> What to produce: Beginning with the line below that contains "v -9.608 -10 18.487" and ending with the line that contains "v -4.204 -10 14.053", copy every line exactly. Copy nothing else.
------ Data provided
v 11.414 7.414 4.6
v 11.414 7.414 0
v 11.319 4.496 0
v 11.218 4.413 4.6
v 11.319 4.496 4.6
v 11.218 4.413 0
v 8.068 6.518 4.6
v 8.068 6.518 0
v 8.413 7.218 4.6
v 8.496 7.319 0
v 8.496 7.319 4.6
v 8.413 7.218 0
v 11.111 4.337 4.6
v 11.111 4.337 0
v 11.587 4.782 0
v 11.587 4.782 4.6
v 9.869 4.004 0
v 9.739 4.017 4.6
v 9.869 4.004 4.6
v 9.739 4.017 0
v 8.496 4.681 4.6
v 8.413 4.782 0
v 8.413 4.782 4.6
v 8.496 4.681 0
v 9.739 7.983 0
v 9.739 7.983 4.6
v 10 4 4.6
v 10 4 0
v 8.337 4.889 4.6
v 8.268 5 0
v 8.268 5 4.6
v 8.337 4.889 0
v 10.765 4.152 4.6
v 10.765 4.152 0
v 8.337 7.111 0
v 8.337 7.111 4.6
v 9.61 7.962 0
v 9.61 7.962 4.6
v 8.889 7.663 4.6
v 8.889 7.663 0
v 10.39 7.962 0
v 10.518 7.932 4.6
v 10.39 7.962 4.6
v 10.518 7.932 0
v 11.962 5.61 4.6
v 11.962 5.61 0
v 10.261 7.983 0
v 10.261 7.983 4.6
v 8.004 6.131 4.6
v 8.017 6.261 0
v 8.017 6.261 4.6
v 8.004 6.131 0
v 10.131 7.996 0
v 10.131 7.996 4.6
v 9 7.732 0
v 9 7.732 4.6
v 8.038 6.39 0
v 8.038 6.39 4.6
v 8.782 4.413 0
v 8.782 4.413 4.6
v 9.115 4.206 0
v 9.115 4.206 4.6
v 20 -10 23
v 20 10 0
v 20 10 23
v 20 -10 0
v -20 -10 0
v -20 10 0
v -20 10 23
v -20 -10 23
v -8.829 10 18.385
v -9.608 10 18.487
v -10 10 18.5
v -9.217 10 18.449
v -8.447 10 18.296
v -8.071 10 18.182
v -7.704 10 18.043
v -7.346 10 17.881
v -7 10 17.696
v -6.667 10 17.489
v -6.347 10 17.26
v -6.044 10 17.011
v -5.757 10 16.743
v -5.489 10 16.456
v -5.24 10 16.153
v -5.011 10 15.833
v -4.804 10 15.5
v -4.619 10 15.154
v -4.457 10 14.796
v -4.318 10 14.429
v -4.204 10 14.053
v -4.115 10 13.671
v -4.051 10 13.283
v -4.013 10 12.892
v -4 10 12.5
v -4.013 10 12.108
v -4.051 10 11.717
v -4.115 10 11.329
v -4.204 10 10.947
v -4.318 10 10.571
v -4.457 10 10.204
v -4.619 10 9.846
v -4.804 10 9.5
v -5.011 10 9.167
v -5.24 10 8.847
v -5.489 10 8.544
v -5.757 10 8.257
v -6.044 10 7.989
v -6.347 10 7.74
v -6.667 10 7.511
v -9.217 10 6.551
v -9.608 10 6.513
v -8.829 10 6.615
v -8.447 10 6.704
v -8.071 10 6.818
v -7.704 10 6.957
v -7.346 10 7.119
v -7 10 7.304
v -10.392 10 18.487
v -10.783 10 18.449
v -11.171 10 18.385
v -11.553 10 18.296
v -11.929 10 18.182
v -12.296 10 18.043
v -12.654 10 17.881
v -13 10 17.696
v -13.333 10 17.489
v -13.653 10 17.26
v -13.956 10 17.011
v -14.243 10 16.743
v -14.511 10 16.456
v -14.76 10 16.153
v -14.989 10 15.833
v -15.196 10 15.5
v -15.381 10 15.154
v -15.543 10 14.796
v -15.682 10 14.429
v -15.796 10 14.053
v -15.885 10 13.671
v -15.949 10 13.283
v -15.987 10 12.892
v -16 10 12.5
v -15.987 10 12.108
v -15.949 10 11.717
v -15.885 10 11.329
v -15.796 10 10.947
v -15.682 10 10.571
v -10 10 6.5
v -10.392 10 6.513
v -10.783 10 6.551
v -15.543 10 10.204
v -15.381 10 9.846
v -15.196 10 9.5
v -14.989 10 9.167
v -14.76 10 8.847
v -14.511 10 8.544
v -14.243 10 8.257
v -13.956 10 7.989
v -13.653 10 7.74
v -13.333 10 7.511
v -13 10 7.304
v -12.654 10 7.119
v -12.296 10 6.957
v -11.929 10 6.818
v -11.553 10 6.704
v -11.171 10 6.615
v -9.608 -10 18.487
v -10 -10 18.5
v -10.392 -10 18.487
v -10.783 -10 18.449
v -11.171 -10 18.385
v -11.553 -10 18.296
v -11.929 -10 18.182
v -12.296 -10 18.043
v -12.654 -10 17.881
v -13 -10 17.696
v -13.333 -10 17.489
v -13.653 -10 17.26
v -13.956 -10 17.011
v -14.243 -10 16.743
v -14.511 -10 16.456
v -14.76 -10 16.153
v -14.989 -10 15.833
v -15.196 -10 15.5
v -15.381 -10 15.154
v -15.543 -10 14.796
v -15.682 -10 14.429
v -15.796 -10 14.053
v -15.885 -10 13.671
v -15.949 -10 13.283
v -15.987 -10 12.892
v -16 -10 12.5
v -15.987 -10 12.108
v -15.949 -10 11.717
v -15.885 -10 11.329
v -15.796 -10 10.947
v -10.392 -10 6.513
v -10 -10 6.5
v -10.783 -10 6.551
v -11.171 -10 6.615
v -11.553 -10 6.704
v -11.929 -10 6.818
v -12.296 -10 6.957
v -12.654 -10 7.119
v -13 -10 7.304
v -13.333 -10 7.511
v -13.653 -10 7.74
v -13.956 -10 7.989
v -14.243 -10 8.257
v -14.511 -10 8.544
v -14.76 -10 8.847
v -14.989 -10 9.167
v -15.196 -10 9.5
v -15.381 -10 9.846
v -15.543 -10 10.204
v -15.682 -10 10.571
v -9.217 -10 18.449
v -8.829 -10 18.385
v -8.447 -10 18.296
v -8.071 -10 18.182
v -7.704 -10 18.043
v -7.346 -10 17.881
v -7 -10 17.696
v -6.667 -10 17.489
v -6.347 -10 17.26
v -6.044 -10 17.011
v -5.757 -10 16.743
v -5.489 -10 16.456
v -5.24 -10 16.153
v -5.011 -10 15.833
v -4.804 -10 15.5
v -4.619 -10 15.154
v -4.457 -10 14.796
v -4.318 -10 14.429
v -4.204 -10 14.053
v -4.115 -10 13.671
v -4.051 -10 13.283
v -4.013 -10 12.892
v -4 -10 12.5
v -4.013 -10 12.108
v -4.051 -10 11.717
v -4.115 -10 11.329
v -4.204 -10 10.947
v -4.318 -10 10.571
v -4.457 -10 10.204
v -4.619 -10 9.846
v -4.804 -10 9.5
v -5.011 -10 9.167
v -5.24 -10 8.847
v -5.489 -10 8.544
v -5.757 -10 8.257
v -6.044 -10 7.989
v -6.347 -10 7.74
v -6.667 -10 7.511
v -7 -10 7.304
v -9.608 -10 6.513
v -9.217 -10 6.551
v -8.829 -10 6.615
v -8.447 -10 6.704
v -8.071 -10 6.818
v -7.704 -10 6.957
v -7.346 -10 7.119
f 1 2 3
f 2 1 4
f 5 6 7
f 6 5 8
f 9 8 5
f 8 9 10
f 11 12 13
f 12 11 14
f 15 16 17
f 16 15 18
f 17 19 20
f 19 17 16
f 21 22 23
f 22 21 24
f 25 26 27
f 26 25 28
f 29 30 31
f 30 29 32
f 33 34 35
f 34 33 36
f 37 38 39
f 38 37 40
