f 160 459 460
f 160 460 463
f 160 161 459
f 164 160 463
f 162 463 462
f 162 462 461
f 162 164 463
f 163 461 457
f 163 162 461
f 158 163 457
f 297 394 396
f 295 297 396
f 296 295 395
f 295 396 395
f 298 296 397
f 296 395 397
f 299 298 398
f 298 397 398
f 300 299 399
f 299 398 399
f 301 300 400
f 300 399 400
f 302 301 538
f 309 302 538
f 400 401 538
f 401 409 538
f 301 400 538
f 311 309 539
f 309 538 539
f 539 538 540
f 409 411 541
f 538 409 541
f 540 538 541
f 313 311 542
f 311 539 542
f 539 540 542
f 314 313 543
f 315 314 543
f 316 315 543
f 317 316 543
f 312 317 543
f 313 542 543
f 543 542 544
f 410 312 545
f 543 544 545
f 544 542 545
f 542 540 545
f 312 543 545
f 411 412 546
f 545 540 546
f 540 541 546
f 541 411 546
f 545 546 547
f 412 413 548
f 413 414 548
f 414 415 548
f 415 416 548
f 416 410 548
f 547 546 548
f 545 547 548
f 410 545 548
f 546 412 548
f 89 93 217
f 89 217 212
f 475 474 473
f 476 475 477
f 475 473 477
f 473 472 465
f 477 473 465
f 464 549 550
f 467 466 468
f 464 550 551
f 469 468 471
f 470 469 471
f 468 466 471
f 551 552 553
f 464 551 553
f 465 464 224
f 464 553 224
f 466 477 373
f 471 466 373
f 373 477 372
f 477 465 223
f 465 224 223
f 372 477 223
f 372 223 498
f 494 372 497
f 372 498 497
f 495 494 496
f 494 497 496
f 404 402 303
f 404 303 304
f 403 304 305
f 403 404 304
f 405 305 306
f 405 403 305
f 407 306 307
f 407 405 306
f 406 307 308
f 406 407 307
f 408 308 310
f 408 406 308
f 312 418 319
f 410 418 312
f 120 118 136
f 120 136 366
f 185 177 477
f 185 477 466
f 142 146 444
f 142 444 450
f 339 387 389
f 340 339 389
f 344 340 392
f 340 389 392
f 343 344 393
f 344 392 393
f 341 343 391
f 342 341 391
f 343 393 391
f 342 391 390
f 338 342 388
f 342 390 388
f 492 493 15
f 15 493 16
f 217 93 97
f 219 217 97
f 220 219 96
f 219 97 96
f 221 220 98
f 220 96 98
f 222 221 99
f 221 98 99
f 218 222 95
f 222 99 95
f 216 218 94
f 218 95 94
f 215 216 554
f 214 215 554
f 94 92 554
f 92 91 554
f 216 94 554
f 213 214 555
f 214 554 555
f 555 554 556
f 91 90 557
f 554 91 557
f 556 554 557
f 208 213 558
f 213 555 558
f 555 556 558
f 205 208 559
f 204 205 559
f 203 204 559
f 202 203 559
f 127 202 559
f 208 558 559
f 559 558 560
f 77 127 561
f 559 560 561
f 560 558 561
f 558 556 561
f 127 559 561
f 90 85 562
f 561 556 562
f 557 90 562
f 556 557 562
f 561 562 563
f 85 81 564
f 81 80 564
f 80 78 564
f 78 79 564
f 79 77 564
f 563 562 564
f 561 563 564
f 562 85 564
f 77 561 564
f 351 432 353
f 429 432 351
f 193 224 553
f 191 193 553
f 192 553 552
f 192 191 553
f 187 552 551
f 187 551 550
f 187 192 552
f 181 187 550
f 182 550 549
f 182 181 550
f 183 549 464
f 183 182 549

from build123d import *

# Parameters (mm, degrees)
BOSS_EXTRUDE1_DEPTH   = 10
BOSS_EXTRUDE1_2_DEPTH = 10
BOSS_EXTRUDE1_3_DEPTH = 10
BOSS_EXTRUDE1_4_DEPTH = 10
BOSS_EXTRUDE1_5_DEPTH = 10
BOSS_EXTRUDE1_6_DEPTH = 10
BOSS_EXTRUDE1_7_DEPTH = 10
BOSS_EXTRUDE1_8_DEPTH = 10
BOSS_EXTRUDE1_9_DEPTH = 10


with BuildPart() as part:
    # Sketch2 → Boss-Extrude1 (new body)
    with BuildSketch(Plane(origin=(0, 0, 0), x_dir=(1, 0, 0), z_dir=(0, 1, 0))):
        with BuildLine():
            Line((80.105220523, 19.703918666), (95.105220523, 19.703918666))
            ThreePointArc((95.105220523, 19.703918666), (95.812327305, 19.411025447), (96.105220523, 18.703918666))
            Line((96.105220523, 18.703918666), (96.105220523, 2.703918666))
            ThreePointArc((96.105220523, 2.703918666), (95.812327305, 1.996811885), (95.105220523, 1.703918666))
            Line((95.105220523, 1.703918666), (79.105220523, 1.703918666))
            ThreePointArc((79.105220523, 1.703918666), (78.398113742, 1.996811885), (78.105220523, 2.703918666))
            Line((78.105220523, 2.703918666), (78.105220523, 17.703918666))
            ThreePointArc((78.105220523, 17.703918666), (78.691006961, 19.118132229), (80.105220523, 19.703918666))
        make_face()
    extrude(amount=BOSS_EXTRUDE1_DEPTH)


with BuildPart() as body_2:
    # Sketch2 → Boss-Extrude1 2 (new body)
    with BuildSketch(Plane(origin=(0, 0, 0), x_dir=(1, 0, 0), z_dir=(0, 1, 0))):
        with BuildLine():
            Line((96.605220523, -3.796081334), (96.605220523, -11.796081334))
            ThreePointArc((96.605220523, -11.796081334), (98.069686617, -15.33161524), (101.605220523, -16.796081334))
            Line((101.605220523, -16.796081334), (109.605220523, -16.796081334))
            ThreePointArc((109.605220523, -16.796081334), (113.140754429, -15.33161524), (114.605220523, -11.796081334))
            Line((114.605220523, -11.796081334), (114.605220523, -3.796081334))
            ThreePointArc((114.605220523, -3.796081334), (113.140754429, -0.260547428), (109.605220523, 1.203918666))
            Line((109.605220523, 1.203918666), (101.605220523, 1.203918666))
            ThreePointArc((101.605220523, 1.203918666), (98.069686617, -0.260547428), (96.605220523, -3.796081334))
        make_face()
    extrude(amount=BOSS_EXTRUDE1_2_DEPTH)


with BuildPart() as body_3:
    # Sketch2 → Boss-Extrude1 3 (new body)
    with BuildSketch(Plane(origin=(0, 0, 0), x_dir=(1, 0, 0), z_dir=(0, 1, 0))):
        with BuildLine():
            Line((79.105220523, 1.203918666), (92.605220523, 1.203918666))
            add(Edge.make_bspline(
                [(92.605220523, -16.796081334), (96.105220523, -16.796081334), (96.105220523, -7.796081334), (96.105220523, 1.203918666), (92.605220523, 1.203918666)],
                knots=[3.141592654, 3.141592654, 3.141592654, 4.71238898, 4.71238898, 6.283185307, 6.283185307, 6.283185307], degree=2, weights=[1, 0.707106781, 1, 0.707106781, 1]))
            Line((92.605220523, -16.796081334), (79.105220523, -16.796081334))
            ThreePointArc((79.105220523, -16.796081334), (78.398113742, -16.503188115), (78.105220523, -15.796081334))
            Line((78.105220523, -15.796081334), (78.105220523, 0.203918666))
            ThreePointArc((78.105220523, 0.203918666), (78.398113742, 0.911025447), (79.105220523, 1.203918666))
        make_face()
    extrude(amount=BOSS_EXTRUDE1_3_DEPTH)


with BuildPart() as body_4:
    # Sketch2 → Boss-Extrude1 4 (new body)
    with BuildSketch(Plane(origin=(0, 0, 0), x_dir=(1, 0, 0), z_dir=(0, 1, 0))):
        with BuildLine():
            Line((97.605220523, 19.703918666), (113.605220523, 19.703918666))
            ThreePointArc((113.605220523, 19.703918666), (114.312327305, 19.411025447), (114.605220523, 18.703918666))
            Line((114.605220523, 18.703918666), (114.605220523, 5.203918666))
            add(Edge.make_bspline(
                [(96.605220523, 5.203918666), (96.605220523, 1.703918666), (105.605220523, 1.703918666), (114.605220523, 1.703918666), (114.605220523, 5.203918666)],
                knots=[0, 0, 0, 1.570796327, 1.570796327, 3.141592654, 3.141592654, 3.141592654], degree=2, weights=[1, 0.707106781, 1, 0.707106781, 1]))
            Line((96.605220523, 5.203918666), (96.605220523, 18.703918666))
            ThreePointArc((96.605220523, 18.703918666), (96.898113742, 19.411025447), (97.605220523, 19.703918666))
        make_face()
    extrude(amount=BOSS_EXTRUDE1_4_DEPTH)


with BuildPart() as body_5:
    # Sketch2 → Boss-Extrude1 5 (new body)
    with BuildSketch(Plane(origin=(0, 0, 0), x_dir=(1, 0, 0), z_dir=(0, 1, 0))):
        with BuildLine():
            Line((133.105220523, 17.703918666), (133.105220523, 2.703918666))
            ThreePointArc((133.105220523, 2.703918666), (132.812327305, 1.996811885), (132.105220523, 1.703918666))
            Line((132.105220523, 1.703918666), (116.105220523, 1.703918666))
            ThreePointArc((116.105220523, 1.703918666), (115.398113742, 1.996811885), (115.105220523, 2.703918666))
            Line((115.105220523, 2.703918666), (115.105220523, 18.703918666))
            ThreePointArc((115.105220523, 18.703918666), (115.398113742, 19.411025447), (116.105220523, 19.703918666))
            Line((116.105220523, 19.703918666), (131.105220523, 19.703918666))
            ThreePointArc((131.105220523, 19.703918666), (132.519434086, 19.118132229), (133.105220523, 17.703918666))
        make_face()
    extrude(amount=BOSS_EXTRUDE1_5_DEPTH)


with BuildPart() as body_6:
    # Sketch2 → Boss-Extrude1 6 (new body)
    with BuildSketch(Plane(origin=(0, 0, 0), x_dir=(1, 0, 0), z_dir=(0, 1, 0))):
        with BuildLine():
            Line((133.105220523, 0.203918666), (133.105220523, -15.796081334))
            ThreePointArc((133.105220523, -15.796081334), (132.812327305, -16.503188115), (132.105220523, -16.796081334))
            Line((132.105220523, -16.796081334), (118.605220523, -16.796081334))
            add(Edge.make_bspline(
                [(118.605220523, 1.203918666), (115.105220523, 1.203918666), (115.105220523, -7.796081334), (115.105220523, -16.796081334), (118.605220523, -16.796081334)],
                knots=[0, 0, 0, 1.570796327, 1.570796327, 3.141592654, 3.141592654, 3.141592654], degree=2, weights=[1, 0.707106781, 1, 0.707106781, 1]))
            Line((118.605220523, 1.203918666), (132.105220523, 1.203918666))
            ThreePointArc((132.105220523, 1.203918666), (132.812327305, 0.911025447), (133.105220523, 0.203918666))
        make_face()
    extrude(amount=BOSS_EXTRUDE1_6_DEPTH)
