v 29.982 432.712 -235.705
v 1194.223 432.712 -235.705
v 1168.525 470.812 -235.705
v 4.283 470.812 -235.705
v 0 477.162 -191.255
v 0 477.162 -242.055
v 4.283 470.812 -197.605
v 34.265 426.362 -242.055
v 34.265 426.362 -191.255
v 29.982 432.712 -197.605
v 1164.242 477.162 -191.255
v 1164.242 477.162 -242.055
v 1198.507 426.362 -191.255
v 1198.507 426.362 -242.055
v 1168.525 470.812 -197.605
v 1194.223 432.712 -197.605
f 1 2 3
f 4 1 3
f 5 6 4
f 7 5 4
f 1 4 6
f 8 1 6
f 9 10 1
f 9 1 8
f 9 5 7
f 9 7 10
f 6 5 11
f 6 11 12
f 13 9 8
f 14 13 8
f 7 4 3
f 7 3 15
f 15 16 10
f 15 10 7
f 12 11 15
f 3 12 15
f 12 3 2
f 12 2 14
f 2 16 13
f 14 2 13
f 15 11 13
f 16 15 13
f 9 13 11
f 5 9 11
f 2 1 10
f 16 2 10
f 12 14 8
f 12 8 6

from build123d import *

# Parameters (mm, degrees)
SKETCH2_W           = 50.8
SKETCH2_H           = 50.8
BOSS_EXTRUDE1_DEPTH = 1930.4
SKETCH4_W           = 38.1
SKETCH4_H           = 38.1
CUT_EXTRUDE1_DEPTH  = 2004.17710002
CUT_EXTRUDE2_DEPTH  = 1990.147718313


with BuildPart() as part:
    # Sketch2 → Boss-Extrude1 (new body)
    with BuildSketch(Plane(origin=(0, 0, 0), x_dir=(0, 0, -1), z_dir=(1, 0, 0))):
        with Locations((216.654722693, 451.762283996)):
            Rectangle(SKETCH2_W, SKETCH2_H)
    extrude(amount=BOSS_EXTRUDE1_DEPTH)

    # Sketch4 → Cut-Extrude1 (cut, through all)
    with BuildSketch(Plane.ZY):
        with Locations((-216.654722693, 451.762283996)):
            Rectangle(SKETCH4_W, SKETCH4_H)
    extrude(amount=-CUT_EXTRUDE1_DEPTH, mode=Mode.SUBTRACT)

    # Sketch5 → Cut-Extrude2 (cut, through all)
    with BuildSketch(Plane.XY.offset(-191.254722693)):
        Polygon((0, 477.162283996), (34.265032656, 426.362283996), (0, 426.362283996), align=None)
        Polygon((1164.241563896, 477.162283996), (1930.4, -658.714309068), (1930.4, 477.162283996), align=None)
    extrude(amount=-CUT_EXTRUDE2_DEPTH, mode=Mode.SUBTRACT)


solid = part.part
------------
> Result below:
v -9.608 -10 18.487
v -10 -10 18.5
v -10.392 -10 18.487
v -10.783 -10 18.449
v -11.171 -10 18.385
v -11.553 -10 18.296
v -11.929 -10 18.182
v -12.296 -10 18.043
v -12.654 -10 17.881
v -13 -10 17.696
v -13.333 -10 17.489
v -13.653 -10 17.26
v -13.956 -10 17.011
v -14.243 -10 16.743
v -14.511 -10 16.456
v -14.76 -10 16.153
v -14.989 -10 15.833
v -15.196 -10 15.5
v -15.381 -10 15.154
v -15.543 -10 14.796
v -15.682 -10 14.429
v -15.796 -10 14.053
v -15.885 -10 13.671
v -15.949 -10 13.283
v -15.987 -10 12.892
v -16 -10 12.5
v -15.987 -10 12.108
v -15.949 -10 11.717
v -15.885 -10 11.329
v -15.796 -10 10.947
v -10.392 -10 6.513
v -10 -10 6.5
v -10.783 -10 6.551
v -11.171 -10 6.615
v -11.553 -10 6.704
v -11.929 -10 6.818
v -12.296 -10 6.957
v -12.654 -10 7.119
v -13 -10 7.304
v -13.333 -10 7.511
v -13.653 -10 7.74
v -13.956 -10 7.989
v -14.243 -10 8.257
v -14.511 -10 8.544
v -14.76 -10 8.847
v -14.989 -10 9.167
v -15.196 -10 9.5
v -15.381 -10 9.846
v -15.543 -10 10.204
v -15.682 -10 10.571
v -9.217 -10 18.449
v -8.829 -10 18.385
v -8.447 -10 18.296
v -8.071 -10 18.182
v -7.704 -10 18.043
v -7.346 -10 17.881
v -7 -10 17.696
v -6.667 -10 17.489
v -6.347 -10 17.26
v -6.044 -10 17.011
v -5.757 -10 16.743
v -5.489 -10 16.456
v -5.24 -10 16.153
v -5.011 -10 15.833
v -4.804 -10 15.5
v -4.619 -10 15.154
v -4.457 -10 14.796
v -4.318 -10 14.429
v -4.204 -10 14.053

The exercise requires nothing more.